## Task details
Look through the records below and give the number of lines holding the string "BuildSketch", nothing more.

[Stored data entries]
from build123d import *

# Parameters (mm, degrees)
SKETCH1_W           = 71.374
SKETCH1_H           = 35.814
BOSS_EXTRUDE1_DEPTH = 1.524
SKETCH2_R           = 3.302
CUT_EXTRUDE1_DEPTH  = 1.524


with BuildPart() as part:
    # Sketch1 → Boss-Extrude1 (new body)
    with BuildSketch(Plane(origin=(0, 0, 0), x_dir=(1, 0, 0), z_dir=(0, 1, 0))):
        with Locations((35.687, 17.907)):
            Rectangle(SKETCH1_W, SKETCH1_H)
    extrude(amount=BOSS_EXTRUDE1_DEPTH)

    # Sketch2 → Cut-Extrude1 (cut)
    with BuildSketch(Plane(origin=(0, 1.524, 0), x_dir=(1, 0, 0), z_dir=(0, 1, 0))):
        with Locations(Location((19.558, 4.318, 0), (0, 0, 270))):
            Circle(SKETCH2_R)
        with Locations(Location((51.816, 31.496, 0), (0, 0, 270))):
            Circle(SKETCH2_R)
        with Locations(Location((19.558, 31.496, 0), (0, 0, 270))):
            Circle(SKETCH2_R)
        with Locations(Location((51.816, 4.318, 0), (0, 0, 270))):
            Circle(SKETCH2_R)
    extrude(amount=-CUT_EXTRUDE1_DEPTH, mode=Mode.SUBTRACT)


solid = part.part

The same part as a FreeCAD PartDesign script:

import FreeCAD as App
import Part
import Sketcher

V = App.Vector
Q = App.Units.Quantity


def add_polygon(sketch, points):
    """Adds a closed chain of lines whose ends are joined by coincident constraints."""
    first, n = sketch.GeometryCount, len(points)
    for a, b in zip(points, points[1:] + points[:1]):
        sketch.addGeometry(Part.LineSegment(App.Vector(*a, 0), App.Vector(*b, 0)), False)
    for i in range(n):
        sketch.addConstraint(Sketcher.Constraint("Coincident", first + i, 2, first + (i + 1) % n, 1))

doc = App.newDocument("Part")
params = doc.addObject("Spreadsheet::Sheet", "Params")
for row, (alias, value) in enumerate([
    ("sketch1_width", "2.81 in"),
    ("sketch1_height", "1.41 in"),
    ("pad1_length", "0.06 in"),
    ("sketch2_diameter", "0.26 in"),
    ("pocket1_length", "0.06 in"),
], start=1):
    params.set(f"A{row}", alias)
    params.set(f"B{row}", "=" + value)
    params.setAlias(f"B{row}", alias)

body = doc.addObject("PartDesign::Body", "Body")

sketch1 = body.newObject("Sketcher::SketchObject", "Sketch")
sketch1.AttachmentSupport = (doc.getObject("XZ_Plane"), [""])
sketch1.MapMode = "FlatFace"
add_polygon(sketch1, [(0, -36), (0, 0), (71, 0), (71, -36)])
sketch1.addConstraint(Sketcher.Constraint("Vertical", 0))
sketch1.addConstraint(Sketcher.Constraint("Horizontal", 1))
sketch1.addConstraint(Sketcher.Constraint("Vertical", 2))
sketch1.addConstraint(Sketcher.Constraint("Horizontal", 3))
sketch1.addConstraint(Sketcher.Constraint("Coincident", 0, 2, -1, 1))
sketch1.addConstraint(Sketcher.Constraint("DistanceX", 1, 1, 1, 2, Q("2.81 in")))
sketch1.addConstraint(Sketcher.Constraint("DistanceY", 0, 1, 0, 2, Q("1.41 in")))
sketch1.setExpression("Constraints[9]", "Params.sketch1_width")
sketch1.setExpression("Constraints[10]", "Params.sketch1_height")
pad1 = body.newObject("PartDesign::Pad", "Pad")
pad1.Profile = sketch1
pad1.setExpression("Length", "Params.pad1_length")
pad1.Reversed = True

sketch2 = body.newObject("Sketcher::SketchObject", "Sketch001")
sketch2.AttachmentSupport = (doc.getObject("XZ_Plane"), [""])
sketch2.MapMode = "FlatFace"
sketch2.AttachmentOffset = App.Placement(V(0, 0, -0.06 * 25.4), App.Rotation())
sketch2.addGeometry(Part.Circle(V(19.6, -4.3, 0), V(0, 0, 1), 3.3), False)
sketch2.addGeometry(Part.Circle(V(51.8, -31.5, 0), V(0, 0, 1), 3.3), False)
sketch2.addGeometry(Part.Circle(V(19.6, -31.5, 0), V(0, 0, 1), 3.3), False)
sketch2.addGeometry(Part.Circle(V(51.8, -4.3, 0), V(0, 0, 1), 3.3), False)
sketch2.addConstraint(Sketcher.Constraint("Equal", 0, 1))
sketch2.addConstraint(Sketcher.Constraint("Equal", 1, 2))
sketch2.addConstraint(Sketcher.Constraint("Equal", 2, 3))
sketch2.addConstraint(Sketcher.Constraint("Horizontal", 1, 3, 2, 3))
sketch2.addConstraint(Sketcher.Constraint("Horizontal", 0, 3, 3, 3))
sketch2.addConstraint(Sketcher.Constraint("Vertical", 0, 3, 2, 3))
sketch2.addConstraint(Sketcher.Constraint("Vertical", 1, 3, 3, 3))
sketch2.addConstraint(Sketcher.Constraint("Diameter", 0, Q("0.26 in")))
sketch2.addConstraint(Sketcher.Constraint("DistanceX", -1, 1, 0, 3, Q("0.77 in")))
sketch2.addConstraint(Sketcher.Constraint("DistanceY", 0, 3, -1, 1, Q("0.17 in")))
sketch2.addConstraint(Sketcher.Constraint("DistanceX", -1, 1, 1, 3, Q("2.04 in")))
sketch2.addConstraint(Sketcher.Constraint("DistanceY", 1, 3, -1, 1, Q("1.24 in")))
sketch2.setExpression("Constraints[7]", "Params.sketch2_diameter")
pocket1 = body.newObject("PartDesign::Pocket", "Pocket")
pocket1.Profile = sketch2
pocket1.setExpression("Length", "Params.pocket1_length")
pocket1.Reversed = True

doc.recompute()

==

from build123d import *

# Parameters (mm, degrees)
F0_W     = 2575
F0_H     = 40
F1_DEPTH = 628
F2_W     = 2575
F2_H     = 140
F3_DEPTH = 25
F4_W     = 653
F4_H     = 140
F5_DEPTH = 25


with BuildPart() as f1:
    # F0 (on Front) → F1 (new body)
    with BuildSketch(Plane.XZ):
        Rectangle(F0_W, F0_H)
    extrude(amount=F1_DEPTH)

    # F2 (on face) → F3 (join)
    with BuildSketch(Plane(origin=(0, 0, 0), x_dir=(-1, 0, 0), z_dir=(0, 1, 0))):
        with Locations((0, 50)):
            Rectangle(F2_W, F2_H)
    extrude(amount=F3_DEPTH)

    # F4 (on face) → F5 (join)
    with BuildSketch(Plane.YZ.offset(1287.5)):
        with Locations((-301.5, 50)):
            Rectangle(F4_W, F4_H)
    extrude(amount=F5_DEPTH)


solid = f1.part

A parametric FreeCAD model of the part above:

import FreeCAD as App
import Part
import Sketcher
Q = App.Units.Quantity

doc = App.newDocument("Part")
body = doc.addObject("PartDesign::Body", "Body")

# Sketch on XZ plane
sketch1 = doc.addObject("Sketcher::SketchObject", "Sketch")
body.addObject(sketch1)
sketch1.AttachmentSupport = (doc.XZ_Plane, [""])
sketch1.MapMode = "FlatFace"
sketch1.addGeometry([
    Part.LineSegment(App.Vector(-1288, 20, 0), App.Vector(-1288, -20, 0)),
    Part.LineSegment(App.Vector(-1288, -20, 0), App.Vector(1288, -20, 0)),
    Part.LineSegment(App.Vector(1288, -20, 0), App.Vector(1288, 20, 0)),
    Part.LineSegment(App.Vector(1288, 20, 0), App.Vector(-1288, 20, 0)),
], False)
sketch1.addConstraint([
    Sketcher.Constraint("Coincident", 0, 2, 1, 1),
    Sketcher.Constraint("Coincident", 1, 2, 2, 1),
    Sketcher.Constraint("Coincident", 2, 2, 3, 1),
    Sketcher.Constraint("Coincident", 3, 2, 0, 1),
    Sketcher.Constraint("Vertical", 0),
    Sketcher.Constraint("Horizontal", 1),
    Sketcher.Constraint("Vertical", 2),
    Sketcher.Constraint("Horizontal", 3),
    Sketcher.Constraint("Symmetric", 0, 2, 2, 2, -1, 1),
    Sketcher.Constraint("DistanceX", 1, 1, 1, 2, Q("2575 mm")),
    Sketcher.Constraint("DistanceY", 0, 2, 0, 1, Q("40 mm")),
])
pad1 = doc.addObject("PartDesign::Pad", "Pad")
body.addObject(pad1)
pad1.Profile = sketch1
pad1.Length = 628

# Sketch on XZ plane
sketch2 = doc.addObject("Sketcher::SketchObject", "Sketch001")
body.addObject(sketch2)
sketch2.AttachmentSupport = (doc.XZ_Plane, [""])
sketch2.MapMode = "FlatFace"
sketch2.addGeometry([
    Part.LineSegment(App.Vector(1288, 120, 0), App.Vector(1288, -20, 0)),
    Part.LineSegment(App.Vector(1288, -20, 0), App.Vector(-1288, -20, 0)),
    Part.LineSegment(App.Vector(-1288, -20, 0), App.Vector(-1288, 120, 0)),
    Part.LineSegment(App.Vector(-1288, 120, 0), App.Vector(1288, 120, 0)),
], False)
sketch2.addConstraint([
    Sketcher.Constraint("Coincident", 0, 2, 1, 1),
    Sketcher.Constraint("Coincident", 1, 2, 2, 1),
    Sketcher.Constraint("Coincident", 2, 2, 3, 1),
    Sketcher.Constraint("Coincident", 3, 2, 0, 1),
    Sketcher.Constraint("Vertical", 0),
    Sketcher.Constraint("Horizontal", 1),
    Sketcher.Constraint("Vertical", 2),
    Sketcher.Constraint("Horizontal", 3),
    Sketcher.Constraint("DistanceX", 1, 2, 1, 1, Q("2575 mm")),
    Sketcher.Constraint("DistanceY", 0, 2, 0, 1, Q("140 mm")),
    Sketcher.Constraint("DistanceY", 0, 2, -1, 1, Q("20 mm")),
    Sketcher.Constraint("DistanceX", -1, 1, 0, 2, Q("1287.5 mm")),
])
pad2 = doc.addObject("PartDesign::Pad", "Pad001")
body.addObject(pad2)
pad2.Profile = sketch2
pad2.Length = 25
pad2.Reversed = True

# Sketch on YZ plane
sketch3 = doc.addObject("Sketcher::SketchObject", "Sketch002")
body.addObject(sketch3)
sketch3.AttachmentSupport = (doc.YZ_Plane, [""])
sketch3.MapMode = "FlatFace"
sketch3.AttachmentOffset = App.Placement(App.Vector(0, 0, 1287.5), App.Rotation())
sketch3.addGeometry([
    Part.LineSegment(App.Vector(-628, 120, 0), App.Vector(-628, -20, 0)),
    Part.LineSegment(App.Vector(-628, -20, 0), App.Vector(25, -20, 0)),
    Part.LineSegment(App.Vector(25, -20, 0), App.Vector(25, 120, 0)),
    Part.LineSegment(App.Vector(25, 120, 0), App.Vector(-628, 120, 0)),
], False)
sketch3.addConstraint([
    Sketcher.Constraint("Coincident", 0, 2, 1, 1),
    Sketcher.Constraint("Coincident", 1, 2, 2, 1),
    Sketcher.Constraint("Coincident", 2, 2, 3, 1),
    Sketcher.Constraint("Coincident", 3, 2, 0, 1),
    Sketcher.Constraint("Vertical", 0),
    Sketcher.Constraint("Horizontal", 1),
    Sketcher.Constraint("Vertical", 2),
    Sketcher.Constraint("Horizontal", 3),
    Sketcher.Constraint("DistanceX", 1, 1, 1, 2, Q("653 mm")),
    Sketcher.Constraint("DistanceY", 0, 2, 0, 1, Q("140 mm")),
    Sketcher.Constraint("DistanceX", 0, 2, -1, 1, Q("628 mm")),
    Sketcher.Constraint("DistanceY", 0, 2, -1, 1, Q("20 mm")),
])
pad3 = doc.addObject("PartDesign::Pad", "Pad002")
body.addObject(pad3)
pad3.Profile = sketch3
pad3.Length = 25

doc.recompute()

## Task solution
5